Because Tractor Supply attracts customers by meeting needs most other retailers neglect, it also ends up generating substantial revenue on more ubiquitous items such as tools, hardware, and lawn and garden equipment. Of the firm's $5.2 billion of annual revenue, 20 percent is from seasonal products such as mowers and snow blowers, while hardware and tools account for 23 percent of sales. Farm and ranch-related products are, of course, Tractor Supply's biggest draw, bringing in 42 percent of total revenue.

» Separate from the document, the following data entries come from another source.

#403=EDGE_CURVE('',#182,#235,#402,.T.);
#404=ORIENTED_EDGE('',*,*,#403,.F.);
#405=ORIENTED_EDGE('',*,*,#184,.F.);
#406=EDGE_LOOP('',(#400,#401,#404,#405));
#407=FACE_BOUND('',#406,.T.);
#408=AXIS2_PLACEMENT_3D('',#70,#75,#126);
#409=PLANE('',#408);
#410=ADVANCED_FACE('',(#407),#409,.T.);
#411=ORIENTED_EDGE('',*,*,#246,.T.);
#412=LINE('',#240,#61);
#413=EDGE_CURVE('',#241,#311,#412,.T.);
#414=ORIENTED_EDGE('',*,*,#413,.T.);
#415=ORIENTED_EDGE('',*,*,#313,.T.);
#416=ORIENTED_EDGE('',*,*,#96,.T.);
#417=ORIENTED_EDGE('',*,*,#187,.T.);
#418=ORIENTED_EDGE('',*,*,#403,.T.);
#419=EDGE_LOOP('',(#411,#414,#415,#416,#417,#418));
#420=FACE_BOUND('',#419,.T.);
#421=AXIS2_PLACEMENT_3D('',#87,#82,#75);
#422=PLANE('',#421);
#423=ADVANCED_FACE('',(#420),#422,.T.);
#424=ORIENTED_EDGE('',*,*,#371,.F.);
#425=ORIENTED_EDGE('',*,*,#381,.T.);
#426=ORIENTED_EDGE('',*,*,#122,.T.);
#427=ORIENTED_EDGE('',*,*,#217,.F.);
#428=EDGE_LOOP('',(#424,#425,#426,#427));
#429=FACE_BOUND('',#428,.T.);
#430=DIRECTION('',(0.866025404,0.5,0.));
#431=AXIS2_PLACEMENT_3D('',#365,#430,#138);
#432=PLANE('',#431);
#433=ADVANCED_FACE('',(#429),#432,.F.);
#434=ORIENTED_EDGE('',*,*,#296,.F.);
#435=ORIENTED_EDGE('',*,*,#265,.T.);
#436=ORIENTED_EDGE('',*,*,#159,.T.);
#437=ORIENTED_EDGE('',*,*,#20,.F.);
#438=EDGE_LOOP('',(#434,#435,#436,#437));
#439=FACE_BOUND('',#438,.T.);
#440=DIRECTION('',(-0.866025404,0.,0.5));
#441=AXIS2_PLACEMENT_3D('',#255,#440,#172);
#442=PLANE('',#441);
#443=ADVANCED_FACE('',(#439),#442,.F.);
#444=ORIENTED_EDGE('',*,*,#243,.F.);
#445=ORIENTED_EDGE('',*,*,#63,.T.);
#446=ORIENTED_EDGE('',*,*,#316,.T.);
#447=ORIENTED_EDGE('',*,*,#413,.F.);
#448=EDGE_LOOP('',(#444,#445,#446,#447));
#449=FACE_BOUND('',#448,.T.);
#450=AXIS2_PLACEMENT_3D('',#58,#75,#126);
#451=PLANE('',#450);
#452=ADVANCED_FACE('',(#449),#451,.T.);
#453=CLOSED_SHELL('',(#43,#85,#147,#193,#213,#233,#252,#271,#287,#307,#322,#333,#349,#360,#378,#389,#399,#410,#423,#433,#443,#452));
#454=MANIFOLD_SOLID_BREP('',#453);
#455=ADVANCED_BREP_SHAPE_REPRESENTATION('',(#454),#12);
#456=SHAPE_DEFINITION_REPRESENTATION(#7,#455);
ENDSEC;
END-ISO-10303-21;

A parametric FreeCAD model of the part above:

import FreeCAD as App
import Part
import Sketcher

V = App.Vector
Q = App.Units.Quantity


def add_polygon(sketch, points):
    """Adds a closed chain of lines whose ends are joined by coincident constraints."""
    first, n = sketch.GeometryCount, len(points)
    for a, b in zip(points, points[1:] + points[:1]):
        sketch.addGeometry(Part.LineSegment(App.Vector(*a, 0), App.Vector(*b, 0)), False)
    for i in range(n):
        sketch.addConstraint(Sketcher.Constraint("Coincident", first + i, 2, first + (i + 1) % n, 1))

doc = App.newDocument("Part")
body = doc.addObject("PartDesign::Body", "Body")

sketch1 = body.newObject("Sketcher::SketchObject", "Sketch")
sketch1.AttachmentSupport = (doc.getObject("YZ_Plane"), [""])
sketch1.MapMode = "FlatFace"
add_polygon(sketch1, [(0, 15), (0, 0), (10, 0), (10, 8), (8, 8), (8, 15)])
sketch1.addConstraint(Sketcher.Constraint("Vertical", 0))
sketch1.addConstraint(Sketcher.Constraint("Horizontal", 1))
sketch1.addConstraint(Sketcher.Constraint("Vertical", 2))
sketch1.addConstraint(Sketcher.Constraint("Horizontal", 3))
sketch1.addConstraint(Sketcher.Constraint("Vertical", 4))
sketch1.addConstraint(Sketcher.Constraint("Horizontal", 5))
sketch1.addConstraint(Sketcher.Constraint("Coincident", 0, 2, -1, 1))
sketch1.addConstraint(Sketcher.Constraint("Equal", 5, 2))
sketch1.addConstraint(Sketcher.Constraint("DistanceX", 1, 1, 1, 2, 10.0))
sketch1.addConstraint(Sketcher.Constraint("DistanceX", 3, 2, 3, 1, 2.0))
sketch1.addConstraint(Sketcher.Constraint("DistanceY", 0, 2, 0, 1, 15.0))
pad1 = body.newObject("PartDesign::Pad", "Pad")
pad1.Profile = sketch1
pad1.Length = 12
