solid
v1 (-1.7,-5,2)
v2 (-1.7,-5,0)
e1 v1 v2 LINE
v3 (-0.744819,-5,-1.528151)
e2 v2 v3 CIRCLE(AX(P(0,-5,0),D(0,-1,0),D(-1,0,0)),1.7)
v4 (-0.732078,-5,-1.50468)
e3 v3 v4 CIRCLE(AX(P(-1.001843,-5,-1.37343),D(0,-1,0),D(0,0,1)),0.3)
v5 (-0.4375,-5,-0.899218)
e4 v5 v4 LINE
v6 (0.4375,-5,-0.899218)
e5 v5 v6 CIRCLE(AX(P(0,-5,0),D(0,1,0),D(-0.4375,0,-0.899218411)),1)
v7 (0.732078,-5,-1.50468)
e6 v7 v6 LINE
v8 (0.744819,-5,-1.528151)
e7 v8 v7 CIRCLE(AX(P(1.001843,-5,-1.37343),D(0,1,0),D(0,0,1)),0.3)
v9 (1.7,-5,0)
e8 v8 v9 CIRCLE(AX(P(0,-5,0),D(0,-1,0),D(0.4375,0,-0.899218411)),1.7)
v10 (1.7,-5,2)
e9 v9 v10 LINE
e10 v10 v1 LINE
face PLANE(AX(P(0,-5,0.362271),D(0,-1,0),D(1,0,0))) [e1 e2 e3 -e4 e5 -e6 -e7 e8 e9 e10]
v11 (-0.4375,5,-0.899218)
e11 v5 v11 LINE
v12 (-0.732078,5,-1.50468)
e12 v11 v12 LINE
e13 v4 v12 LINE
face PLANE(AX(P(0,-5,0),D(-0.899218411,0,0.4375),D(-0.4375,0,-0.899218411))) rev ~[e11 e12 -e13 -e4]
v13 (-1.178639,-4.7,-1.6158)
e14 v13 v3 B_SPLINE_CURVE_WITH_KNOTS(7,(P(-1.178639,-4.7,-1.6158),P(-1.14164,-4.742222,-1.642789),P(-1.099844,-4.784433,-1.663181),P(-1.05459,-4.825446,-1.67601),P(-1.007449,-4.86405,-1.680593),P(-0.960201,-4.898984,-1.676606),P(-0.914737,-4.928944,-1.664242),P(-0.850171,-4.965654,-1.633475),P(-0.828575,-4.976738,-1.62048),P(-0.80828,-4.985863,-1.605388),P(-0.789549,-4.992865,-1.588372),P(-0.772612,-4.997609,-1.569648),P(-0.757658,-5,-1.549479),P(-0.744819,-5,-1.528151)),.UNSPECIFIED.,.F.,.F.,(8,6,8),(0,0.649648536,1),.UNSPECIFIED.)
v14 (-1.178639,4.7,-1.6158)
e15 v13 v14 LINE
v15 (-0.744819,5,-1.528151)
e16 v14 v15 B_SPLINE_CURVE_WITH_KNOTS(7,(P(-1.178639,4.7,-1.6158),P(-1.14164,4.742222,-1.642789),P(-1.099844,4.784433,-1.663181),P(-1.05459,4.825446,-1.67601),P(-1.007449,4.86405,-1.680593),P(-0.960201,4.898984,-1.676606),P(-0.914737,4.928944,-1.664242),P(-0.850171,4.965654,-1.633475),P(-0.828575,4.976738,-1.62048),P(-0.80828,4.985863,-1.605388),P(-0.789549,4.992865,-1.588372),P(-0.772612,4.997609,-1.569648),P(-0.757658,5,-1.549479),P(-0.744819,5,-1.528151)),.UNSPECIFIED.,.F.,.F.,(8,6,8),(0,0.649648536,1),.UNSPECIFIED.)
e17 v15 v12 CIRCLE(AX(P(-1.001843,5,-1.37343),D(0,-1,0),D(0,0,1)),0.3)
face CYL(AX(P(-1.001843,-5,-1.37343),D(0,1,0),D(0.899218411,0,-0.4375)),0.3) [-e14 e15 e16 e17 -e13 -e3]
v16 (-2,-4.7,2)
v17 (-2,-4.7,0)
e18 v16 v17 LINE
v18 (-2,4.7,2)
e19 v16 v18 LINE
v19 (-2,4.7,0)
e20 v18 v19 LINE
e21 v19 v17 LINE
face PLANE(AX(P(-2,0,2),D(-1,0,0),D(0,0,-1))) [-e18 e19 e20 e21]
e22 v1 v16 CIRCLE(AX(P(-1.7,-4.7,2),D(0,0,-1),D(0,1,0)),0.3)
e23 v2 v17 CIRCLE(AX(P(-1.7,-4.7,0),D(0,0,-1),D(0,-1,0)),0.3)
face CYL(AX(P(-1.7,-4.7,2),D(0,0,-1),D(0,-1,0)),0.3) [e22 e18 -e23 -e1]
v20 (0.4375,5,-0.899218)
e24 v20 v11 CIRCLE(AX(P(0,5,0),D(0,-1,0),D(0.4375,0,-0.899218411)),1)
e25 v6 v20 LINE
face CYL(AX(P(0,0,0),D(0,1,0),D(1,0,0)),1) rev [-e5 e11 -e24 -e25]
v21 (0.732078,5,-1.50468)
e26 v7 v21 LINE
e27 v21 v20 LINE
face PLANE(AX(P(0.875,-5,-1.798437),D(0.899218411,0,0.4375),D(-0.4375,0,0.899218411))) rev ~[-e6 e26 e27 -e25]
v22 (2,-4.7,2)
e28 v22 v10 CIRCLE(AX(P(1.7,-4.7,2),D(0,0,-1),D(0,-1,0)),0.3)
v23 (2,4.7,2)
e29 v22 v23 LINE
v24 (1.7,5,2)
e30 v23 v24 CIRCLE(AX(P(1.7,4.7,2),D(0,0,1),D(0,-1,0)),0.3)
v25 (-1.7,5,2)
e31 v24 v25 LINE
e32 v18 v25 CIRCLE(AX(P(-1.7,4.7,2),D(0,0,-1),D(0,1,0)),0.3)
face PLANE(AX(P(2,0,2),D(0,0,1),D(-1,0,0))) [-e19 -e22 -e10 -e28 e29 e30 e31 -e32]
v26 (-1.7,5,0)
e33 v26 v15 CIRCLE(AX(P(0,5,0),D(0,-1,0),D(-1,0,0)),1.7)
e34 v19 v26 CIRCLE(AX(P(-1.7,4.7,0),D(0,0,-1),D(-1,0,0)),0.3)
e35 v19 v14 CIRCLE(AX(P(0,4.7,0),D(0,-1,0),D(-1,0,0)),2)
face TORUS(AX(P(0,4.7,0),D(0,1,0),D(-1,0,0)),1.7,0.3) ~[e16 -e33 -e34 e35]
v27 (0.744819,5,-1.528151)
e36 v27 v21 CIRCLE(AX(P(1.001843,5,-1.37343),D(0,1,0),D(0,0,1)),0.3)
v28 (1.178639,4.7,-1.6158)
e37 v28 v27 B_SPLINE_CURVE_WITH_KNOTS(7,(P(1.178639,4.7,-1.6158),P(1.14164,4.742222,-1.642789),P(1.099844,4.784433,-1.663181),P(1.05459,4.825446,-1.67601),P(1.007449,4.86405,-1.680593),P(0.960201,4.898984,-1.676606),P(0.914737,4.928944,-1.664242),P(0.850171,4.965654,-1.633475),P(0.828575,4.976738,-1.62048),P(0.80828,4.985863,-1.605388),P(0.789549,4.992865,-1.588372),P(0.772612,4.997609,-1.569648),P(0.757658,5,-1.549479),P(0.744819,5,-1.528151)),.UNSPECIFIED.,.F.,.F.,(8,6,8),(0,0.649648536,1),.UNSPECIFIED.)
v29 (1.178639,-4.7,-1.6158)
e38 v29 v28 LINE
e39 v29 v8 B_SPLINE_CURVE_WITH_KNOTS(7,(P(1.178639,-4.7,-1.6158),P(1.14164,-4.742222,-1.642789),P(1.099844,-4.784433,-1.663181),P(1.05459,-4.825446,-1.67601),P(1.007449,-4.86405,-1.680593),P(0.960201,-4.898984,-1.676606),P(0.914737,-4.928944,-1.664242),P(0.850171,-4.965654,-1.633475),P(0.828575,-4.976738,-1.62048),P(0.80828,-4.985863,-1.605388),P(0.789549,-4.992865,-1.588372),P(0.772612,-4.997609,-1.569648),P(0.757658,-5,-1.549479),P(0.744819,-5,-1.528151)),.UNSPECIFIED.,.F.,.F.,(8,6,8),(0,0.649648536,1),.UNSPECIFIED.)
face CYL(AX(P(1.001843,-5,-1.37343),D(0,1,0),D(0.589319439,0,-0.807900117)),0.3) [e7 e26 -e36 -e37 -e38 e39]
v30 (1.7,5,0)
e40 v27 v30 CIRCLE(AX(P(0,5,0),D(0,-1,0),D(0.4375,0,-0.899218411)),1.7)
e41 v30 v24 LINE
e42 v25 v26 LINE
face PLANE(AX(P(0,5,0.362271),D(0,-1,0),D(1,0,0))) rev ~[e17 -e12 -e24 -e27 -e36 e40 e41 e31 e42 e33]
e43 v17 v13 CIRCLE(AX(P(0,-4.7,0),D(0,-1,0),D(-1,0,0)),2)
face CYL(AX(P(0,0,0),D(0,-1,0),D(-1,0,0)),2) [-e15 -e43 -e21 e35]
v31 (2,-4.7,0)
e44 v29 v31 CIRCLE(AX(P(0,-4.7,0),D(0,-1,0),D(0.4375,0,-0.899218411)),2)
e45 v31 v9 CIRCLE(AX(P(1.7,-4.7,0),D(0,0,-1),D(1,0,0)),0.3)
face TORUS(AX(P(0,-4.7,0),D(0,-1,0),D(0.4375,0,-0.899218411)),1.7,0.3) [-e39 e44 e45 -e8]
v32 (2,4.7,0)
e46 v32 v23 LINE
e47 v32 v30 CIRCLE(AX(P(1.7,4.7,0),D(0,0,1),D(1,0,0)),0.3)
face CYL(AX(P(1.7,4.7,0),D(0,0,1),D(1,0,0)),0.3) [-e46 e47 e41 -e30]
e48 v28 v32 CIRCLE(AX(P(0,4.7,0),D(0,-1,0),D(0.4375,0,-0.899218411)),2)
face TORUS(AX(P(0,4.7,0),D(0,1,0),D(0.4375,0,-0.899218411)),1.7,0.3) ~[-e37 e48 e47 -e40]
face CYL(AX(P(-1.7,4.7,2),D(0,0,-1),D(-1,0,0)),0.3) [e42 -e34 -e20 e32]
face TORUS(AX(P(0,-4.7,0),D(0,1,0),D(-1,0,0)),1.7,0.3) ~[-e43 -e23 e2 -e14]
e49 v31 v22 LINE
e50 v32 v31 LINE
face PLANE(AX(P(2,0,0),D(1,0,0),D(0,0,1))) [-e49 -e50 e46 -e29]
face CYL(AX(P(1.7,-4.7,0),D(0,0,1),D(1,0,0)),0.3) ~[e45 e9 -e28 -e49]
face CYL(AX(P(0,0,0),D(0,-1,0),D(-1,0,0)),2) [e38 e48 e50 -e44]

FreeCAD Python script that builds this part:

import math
import FreeCAD as App
import Part
import Sketcher
from FreeCAD import Vector


def edges_at(feature, points):
    """Names of the edges that pass closest to the given points."""
    edges = feature.Shape.Edges
    near = lambda p: min(range(len(edges)), key=lambda i: edges[i].distToShape(Part.Vertex(*p))[0])
    return sorted({f"Edge{near(p) + 1}" for p in points})

doc = App.newDocument("Part")
params = doc.addObject("Spreadsheet::Sheet", "Params")
for row, (alias, value) in enumerate([
    ("sketch1_diameter", "2 mm"),
    ("sketch1_radius", "2 mm"),
    ("sketch1_height", "2 mm"),
    ("pad1_length", "10 mm"),
    ("sketch2_radius", "2 mm"),
    ("fillet_radius", "0.3 mm"),
], start=1):
    params.set(f"A{row}", alias)
    params.set(f"B{row}", "=" + value)
    params.setAlias(f"B{row}", alias)

body = doc.addObject("PartDesign::Body", "Body")

# Sketch on XZ plane
sketch1 = body.newObject("Sketcher::SketchObject", "Sketch")
sketch1.AttachmentSupport = (doc.getObject("XZ_Plane"), [""])
sketch1.MapMode = "FlatFace"
sketch1.addGeometry([
    Part.LineSegment(Vector(-2, 2, 0), Vector(-2, 0, 0)),  # 0
    Part.ArcOfCircle(Part.Circle(Vector(0, 0, 0), Vector(0, 0, 1), 2), math.radians(180), math.radians(360)),  # 1
    Part.LineSegment(Vector(2, 0, 0), Vector(2, 2, 0)),  # 2
    Part.LineSegment(Vector(2, 2, 0), Vector(-2, 2, 0)),  # 3
    Part.Circle(Vector(0, 0, 0), Vector(0, 0, 1), 1),  # 4
], False)
sketch1.addConstraint([
    Sketcher.Constraint("Tangent", 0, 2, 1, 1),
    Sketcher.Constraint("Tangent", 1, 2, 2, 1),
    Sketcher.Constraint("Coincident", 2, 2, 3, 1),
    Sketcher.Constraint("Coincident", 3, 2, 0, 1),
    Sketcher.Constraint("Vertical", 0),
    Sketcher.Constraint("Vertical", 2),
    Sketcher.Constraint("Horizontal", 3),
    Sketcher.Constraint("Coincident", 1, 3, -1, 1),
    Sketcher.Constraint("Coincident", 4, 3, -1, 1),
    Sketcher.Constraint("Diameter", 4, 2.0),
    Sketcher.Constraint("Radius", 1, 2.0),
    Sketcher.Constraint("DistanceY", 0, 2, 0, 1, 2.0),
])
sketch1.setExpression("Constraints[9]", "Params.sketch1_diameter")
sketch1.setExpression("Constraints[10]", "Params.sketch1_radius")
sketch1.setExpression("Constraints[11]", "Params.sketch1_height")
pad1 = body.newObject("PartDesign::Pad", "Pad")
pad1.Profile = sketch1
pad1.setExpression("Length", "Params.pad1_length")
pad1.Midplane = True

# Sketch on XZ plane
sketch2 = body.newObject("Sketcher::SketchObject", "Sketch001")
sketch2.AttachmentSupport = (doc.getObject("XZ_Plane"), [""])
sketch2.MapMode = "FlatFace"
sketch2.AttachmentOffset = App.Placement(Vector(0, 0, 5), App.Rotation())
sketch2.addGeometry([
    Part.LineSegment(Vector(0.9, -1.8, 0), Vector(0, 0, 0)),
    Part.LineSegment(Vector(0, 0, 0), Vector(-0.9, -1.8, 0)),
    Part.ArcOfCircle(Part.Circle(Vector(0, 0, 0), Vector(0, 0, 1), 2), math.radians(-116), math.radians(-64)),
], False)
sketch2.addConstraint([
    Sketcher.Constraint("Coincident", 0, 2, 1, 1),
    Sketcher.Constraint("Coincident", 1, 2, 2, 1),
    Sketcher.Constraint("Coincident", 2, 2, 0, 1),
    Sketcher.Constraint("Coincident", 2, 3, -1, 1),
    Sketcher.Constraint("Coincident", 0, 2, -1, 1),
    Sketcher.Constraint("Horizontal", 1, 2, 2, 2),
    Sketcher.Constraint("Radius", 2, 2.0),
    Sketcher.Constraint("DistanceX", 1, 2, 2, 2, 1.75),
])
sketch2.setExpression("Constraints[6]", "Params.sketch2_radius")
pocket1 = body.newObject("PartDesign::Pocket", "Pocket")
pocket1.Profile = sketch2
pocket1.Type = "ThroughAll"
doc.recompute()

fillet = body.newObject("PartDesign::Fillet", "Fillet")
fillet.Base = (pocket1, edges_at(pocket1, [
    (-0.875, 0, -1.798),
    (0.875, 0, -1.798),
    (-1.696, -5, -1.061),
    (-2, -5, 1),
    (1.696, -5, -1.061),
    (1.696, 5, -1.061),
    (2, 5, 1),
    (-1.696, 5, -1.061),
    (-2, 5, 1),
]))
fillet.setExpression("Radius", "Params.fillet_radius")

doc.recompute()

Despite having a unique target market, Tractor Supply is geographically diverse and operates about 1,200 locations in 45 states, giving it plenty of opportunity for more rapid growth. What's more, it has no real competition thus far to hinder that growth. So I'm confident the company can keep up a rapid pace of dividend raises, especially since it too has a manageable payout ratio, ample cash on its balance sheet, and solid free cash flow, as well as no short- or long-term debt.

Risks to consider:
CHD in particular is exposed to the risk of commodity and raw material price increases, while ROST may find it more difficult to acquire high-quality merchandise if full-price retailers start seeing more foot traffic. TSCO's success could begin to attract competition.

Action to take:
Investors looking for tomorrow's best dividend-paying blue chips today should consider CHD, ROST and TSCO for the reasons I've discussed. What's more, all three stocks still have plenty of attractive appreciation potential in the coming five years -- about 50 percent for CHD, 60 percent for ROST, and 90 percent for TSCO.

Tim Begany does not personally hold positions in any securities mentioned in this article.
StreetAuthority LLC does not hold positions in any securities mentioned in this article.